UPDATE: Chances are you've probably come across Steam Spy at some point. Up until the point GDPR put a spanner in the works it was the easiest method to discover sales data of games on Steam.
As it turns out, Steam Spy creator Sergey Galyonkin was actually working on Steam Spy as a side project. He's actually been employed by Epic Games for several years as the Director of Publishing Strategy for the Epic Games Store. All this time, the Steam Spy was being an actual Steam spy.
Speaking to Kotaku, Galyonkin makes it abundantly clear that the years of data that has been amassed has been very handy. Galyonkin claims it wasn't his "intention" but it's almost certainly been a boon.
Most important though is how Galyonkin has used this data, in conjunction with feedback from hundreds of developers, to inform what happens with the Epic Games Store. First and foremost, there are going to be no social media functions at all. No game discussions, forums, reviews; nothing. Of the hundreds of devs Galyonkin spoke to, he told Kotaku “not a single developer I talked to wanted forums.” Toxicity is cited as the chief reason for that.
Without reviews though, that means there's no feedback on the quality of a game. Users will have a direct ticketing system to message developers about problems but there'll be no method through which to review bomb their games.

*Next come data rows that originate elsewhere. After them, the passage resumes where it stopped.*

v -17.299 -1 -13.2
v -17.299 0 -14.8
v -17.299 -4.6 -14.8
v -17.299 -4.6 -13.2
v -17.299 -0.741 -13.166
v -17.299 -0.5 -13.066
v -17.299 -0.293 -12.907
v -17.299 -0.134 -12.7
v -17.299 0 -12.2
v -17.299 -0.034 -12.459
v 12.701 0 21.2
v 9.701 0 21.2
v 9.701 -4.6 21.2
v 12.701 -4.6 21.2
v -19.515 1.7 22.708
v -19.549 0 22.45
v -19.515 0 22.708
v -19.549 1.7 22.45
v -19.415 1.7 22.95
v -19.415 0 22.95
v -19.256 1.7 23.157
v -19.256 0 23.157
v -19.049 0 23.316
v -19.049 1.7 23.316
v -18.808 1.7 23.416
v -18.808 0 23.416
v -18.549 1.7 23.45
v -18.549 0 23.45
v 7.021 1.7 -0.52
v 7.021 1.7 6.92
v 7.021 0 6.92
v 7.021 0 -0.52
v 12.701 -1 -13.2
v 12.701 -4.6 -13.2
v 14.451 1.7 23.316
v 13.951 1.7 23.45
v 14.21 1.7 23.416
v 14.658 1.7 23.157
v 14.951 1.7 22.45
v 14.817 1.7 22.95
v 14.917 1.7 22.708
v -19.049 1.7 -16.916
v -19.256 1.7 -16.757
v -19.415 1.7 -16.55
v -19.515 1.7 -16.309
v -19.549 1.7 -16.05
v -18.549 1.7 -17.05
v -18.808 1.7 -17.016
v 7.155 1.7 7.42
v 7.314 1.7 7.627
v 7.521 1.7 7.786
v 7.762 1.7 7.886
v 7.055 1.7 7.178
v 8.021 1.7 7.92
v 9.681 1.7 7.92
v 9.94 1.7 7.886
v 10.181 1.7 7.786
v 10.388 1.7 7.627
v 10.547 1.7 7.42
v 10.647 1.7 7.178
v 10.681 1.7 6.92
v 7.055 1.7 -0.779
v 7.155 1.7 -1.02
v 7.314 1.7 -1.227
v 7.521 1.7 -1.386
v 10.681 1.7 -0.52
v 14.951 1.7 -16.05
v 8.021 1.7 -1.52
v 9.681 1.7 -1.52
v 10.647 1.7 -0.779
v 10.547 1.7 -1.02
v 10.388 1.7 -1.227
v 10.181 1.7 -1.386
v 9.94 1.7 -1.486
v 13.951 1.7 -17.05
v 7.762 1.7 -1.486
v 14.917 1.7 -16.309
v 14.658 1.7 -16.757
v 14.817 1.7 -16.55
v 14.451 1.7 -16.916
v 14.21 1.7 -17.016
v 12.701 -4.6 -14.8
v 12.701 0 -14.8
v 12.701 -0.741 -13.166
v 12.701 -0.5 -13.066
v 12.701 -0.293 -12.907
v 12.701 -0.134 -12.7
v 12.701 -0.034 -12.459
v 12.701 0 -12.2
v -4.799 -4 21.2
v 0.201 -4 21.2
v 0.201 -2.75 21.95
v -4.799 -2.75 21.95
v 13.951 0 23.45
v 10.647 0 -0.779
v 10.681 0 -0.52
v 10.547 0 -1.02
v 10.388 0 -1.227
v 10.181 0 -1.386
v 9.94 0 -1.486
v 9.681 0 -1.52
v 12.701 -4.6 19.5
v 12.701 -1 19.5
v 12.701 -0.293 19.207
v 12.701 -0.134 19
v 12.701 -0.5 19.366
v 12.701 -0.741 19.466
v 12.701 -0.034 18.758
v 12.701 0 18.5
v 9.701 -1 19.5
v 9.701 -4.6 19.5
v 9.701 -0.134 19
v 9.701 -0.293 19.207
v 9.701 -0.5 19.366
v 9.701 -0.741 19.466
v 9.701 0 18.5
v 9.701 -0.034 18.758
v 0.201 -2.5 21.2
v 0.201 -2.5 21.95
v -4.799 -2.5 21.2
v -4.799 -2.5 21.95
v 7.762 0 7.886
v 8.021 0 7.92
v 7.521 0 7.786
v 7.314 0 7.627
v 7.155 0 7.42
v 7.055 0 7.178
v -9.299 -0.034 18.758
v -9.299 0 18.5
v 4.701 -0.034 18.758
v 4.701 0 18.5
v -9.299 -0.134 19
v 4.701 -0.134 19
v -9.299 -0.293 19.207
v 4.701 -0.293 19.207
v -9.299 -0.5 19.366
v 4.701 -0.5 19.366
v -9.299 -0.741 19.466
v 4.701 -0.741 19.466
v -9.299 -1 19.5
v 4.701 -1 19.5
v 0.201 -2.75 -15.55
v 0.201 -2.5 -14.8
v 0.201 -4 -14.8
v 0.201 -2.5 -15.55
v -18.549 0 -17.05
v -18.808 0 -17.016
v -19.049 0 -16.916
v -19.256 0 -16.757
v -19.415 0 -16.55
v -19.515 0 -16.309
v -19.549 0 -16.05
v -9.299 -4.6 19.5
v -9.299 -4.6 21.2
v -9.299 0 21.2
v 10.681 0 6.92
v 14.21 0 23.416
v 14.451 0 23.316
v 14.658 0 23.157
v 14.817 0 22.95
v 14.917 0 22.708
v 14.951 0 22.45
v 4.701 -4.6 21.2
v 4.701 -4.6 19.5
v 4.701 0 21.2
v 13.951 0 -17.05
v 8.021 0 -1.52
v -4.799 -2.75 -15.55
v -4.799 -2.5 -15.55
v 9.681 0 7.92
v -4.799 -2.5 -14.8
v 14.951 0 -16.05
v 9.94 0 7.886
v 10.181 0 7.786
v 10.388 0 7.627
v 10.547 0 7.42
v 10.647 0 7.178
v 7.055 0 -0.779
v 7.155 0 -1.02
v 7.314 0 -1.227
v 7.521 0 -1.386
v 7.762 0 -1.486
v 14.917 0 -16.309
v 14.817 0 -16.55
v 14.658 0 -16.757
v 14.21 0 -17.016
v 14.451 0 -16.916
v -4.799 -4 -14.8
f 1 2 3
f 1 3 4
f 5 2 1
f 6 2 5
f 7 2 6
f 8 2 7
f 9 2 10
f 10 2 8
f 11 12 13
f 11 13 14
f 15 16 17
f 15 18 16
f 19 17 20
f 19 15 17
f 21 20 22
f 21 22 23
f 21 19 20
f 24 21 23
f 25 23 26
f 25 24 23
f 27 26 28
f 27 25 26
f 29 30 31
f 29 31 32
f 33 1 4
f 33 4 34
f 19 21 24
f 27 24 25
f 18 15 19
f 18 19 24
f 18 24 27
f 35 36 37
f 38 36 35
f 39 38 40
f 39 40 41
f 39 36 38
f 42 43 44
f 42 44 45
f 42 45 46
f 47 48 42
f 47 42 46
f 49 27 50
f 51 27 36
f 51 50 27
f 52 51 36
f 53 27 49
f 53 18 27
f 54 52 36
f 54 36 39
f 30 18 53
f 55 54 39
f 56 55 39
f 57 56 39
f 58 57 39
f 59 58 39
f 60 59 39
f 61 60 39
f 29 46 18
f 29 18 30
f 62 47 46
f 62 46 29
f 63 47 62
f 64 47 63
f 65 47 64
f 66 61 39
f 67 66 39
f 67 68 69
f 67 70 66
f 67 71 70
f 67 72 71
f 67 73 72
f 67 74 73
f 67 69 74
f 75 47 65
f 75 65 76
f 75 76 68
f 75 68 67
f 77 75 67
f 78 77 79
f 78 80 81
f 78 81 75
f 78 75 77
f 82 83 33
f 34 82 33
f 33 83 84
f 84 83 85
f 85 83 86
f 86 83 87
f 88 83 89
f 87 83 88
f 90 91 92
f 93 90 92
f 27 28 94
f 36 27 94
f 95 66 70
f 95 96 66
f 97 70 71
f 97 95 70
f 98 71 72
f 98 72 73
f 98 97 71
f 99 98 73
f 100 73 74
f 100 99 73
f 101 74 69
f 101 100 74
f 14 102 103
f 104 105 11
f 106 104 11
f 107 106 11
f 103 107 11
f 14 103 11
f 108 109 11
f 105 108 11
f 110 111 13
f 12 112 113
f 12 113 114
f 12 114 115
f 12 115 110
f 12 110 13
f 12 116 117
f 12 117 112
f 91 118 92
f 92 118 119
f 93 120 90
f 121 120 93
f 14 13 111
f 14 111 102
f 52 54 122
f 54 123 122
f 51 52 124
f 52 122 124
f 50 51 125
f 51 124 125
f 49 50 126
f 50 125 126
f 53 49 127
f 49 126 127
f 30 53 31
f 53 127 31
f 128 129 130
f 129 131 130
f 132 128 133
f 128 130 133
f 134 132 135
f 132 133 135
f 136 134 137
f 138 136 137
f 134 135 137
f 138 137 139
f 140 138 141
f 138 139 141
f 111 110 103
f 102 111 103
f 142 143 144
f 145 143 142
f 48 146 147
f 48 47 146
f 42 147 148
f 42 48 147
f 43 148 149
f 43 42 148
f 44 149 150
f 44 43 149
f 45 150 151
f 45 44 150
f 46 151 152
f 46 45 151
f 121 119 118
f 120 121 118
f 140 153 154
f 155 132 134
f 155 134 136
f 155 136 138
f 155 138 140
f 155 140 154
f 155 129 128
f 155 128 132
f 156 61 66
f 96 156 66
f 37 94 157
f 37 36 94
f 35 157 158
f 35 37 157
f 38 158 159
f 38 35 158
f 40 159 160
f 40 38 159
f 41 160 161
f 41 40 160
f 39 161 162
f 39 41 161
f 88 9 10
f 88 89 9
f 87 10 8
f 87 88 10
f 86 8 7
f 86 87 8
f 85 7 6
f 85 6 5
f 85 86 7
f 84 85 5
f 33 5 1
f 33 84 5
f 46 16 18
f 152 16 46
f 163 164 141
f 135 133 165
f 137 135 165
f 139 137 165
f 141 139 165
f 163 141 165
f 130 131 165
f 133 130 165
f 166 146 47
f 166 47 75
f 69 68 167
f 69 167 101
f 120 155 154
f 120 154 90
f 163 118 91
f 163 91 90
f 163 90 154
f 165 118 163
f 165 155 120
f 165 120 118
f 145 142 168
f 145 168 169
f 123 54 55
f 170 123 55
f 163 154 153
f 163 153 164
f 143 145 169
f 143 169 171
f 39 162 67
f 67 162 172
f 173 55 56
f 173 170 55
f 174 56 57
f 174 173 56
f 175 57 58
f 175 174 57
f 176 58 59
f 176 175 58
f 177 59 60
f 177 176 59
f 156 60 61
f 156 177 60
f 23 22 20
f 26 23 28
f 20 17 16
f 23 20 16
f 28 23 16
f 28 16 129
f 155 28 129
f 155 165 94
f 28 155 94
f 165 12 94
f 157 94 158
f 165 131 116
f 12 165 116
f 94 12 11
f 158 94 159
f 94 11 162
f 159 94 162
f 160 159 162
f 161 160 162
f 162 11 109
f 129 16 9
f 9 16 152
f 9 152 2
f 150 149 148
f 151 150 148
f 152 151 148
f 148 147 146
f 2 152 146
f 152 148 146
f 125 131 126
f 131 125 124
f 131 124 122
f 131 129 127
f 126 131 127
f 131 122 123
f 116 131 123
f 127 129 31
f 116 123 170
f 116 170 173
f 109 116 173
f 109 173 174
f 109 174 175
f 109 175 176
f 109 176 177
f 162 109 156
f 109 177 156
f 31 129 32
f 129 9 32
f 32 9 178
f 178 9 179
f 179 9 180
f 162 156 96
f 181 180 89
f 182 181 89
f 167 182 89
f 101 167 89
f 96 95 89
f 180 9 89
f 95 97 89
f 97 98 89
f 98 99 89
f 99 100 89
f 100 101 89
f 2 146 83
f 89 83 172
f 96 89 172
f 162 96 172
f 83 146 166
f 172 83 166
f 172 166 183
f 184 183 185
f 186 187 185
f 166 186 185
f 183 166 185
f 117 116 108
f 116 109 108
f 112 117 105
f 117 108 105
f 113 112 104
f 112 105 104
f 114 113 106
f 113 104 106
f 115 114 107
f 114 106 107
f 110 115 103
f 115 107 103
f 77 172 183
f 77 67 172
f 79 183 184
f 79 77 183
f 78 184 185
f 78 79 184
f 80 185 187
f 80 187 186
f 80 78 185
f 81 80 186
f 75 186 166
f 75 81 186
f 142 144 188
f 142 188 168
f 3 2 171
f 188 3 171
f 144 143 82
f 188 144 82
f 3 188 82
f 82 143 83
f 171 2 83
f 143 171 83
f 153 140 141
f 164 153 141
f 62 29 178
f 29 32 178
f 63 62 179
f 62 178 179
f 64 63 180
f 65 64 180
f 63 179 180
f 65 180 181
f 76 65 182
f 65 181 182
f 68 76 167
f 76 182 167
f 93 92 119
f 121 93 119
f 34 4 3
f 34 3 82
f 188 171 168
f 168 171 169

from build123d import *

# Parameters (mm, degrees)
SKETCH1_W           = 34.5
SKETCH1_H           = 40.5
BOSS_EXTRUDE1_DEPTH = 1.7
SKETCH2_W           = 3.66
SKETCH2_H           = 9.44
CUT_EXTRUDE1_DEPTH  = 1.7
FILLET1_R           = 1
FILLET2_R           = 1
FILLET3_R           = 1
FILLET4_R           = 1
FILLET5_R           = 1
FILLET6_R           = 1
FILLET7_R           = 1
FILLET8_R           = 1
SKETCH3_W           = 30
SKETCH3_H           = 1.6
BOSS_EXTRUDE2_DEPTH = 4.6
SKETCH4_W           = 3
SKETCH4_H           = 1.7
SKETCH4_W_2         = 14
BOSS_EXTRUDE3_DEPTH = 4.6
BOSS_EXTRUDE4_START = -14.75
BOSS_EXTRUDE4_DEPTH = 5
FILLET9_R           = 1
FILLET10_R          = 1
FILLET11_R          = 1


with BuildPart() as part:
    # Sketch1 → Boss-Extrude1 (new body)
    with BuildSketch(Plane(origin=(0, 0, 0), x_dir=(1, 0, 0), z_dir=(0, 1, 0))):
        with Locations((-2.298701299, -3.199675325)):
            Rectangle(SKETCH1_W, SKETCH1_H)
    extrude(amount=BOSS_EXTRUDE1_DEPTH)

    # Sketch2 → Cut-Extrude1 (cut)
    with BuildSketch(Plane(origin=(0, 1.7, 0), x_dir=(1, 0, 0), z_dir=(0, 1, 0))):
        with Locations((8.851298701, -3.199675325)):
            Rectangle(SKETCH2_W, SKETCH2_H)
    extrude(amount=-CUT_EXTRUDE1_DEPTH, mode=Mode.SUBTRACT)

    # Fillet1
    fillet1_edges = [part.edges().sort_by_distance(p)[0] for p in [
        (14.951298701, 0.85, 23.449675325),
    ]]
    fillet(fillet1_edges, radius=FILLET1_R)

    # Fillet2
    fillet2_edges = [part.edges().sort_by_distance(p)[0] for p in [
        (14.951298701, 0.85, -17.050324675),
    ]]
    fillet(fillet2_edges, radius=FILLET2_R)

    # Fillet3
    fillet3_edges = [part.edges().sort_by_distance(p)[0] for p in [
        (-19.548701299, 0.85, -17.050324675),
    ]]
    fillet(fillet3_edges, radius=FILLET3_R)

    # Fillet4
    fillet4_edges = [part.edges().sort_by_distance(p)[0] for p in [
        (-19.548701299, 0.85, 23.449675325),
    ]]
    fillet(fillet4_edges, radius=FILLET4_R)

    # Fillet5
    fillet5_edges = [part.edges().sort_by_distance(p)[0] for p in [
        (7.021298701, 0.85, 7.919675325),
    ]]
    fillet(fillet5_edges, radius=FILLET5_R)

    # Fillet6
    fillet6_edges = [part.edges().sort_by_distance(p)[0] for p in [
        (7.021298701, 0.85, -1.520324675),
    ]]
    fillet(fillet6_edges, radius=FILLET6_R)

    # Fillet7
    fillet7_edges = [part.edges().sort_by_distance(p)[0] for p in [
        (10.681298701, 0.85, 7.919675325),
    ]]
    fillet(fillet7_edges, radius=FILLET7_R)

    # Fillet8
    fillet8_edges = [part.edges().sort_by_distance(p)[0] for p in [
        (10.681298701, 0.85, -1.520324675),
    ]]
    fillet(fillet8_edges, radius=FILLET8_R)

    # Sketch3 → Boss-Extrude2 (add)
    with BuildSketch(Plane.XZ):
        with Locations((-2.298701299, -14.000324675)):
            Rectangle(SKETCH3_W, SKETCH3_H)
    extrude(amount=BOSS_EXTRUDE2_DEPTH)

    # Sketch4 → Boss-Extrude3 (add)
    with BuildSketch(Plane.XZ):
        with Locations((11.201298701, 20.349675325)):
            Rectangle(SKETCH4_W, SKETCH4_H)
        with Locations((-2.298701299, 20.349675325)):
            Rectangle(SKETCH4_W_2, SKETCH4_H)
    extrude(amount=BOSS_EXTRUDE3_DEPTH)

    # Sketch5 → Boss-Extrude4 (add)
    with BuildSketch(Plane(origin=(14.951298701, 0, 0), x_dir=(0, 0, -1), z_dir=(1, 0, 0)).offset(BOSS_EXTRUDE4_START)):
        Polygon((14.800324675, -2.5), (14.800324675, -4), (15.550324675, -2.75), (15.550324675, -2.5), align=None)
        Polygon((-21.949675325, -2.5), (-21.199675325, -2.5), (-21.199675325, -4), (-21.949675325, -2.75), align=None)
    extrude(amount=-BOSS_EXTRUDE4_DEPTH)

    # Fillet9
    fillet9_edges = [part.edges().sort_by_distance(p)[0] for p in [
        (11.201298701, 0, 19.499675325),
    ]]
    fillet(fillet9_edges, radius=FILLET9_R)

    # Fillet10
    fillet10_edges = [part.edges().sort_by_distance(p)[0] for p in [
        (-2.298701299, 0, 19.499675325),
    ]]
    fillet(fillet10_edges, radius=FILLET10_R)

    # Fillet11
    fillet11_edges = [part.edges().sort_by_distance(p)[0] for p in [
        (-2.298701299, 0, -13.200324675),
    ]]
    fillet(fillet11_edges, radius=FILLET11_R)


solid = part.part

Secondly, the Epic Games Store will allegedly be far less cluttered than Steam. What form this takes we don't know but presumably, it's going to be a more curated selection of games than what's offered on Steam, where practically anything goes.
And finally, there's what was learned from the sales data itself. Galyonkin says Epic is planning to provide developers which as much data as "legally possible". While he doesn't go into the details, this could easily be used to help identify up and coming genres, bestselling settings, popular types of microtransactions, the best length for a game, and just about anything a developer needs to know to tailor a game to a specific audience. "It will give developers way more information about their games that Steam Spy ever could,” he told Kotaku.
It's an interesting take but it remains to be seen just how users will take to a digital game store with practically zero opportunity for feedback or interaction. it sounds kinda nice on one hand yet terrible on another.
Original Story: 05-Dec-2018 - Epic Reveals Epic Games Store, Massively Undercuts Steam With 88% Revenue Share for Devs
Epic Games dropped a megaton announcement yesterday, revealing the launch of its own Epic Games Store, a new direct competitor with Steam.
This is huge for a number of reasons, not least of which is that Epic is being more aggressive, and has more capital behind it, than just about pretender to Steam’s crown. The icing on the cake is that more than 200 million gamers already have Epic accounts courtesy of the battle royale phenomenon that is Fortnite.
“As a developer ourselves, we have always wanted a platform with great economics that connects us directly with our players,” Epic Games founder and CEO Tim Sweeney said in a press statement. “Thanks to the success of Fortnite, we now have this and are ready to share it with other developers.”
As if all that wasn’t enough to get Gabe Newell sweating, Epic Games also revealed an 88/12 revenue split for games published on its service. Yesterday, Valve announced Steam would be dropping its take from 30 to 20% for games that earn more than $50m in revenue, effectively sticking a middle finger up to indie developers and smaller publishers. Epic’s take of just 12% represents a massive undercutting of Steam, but it's also now obvious why Valve did what it did, when it did.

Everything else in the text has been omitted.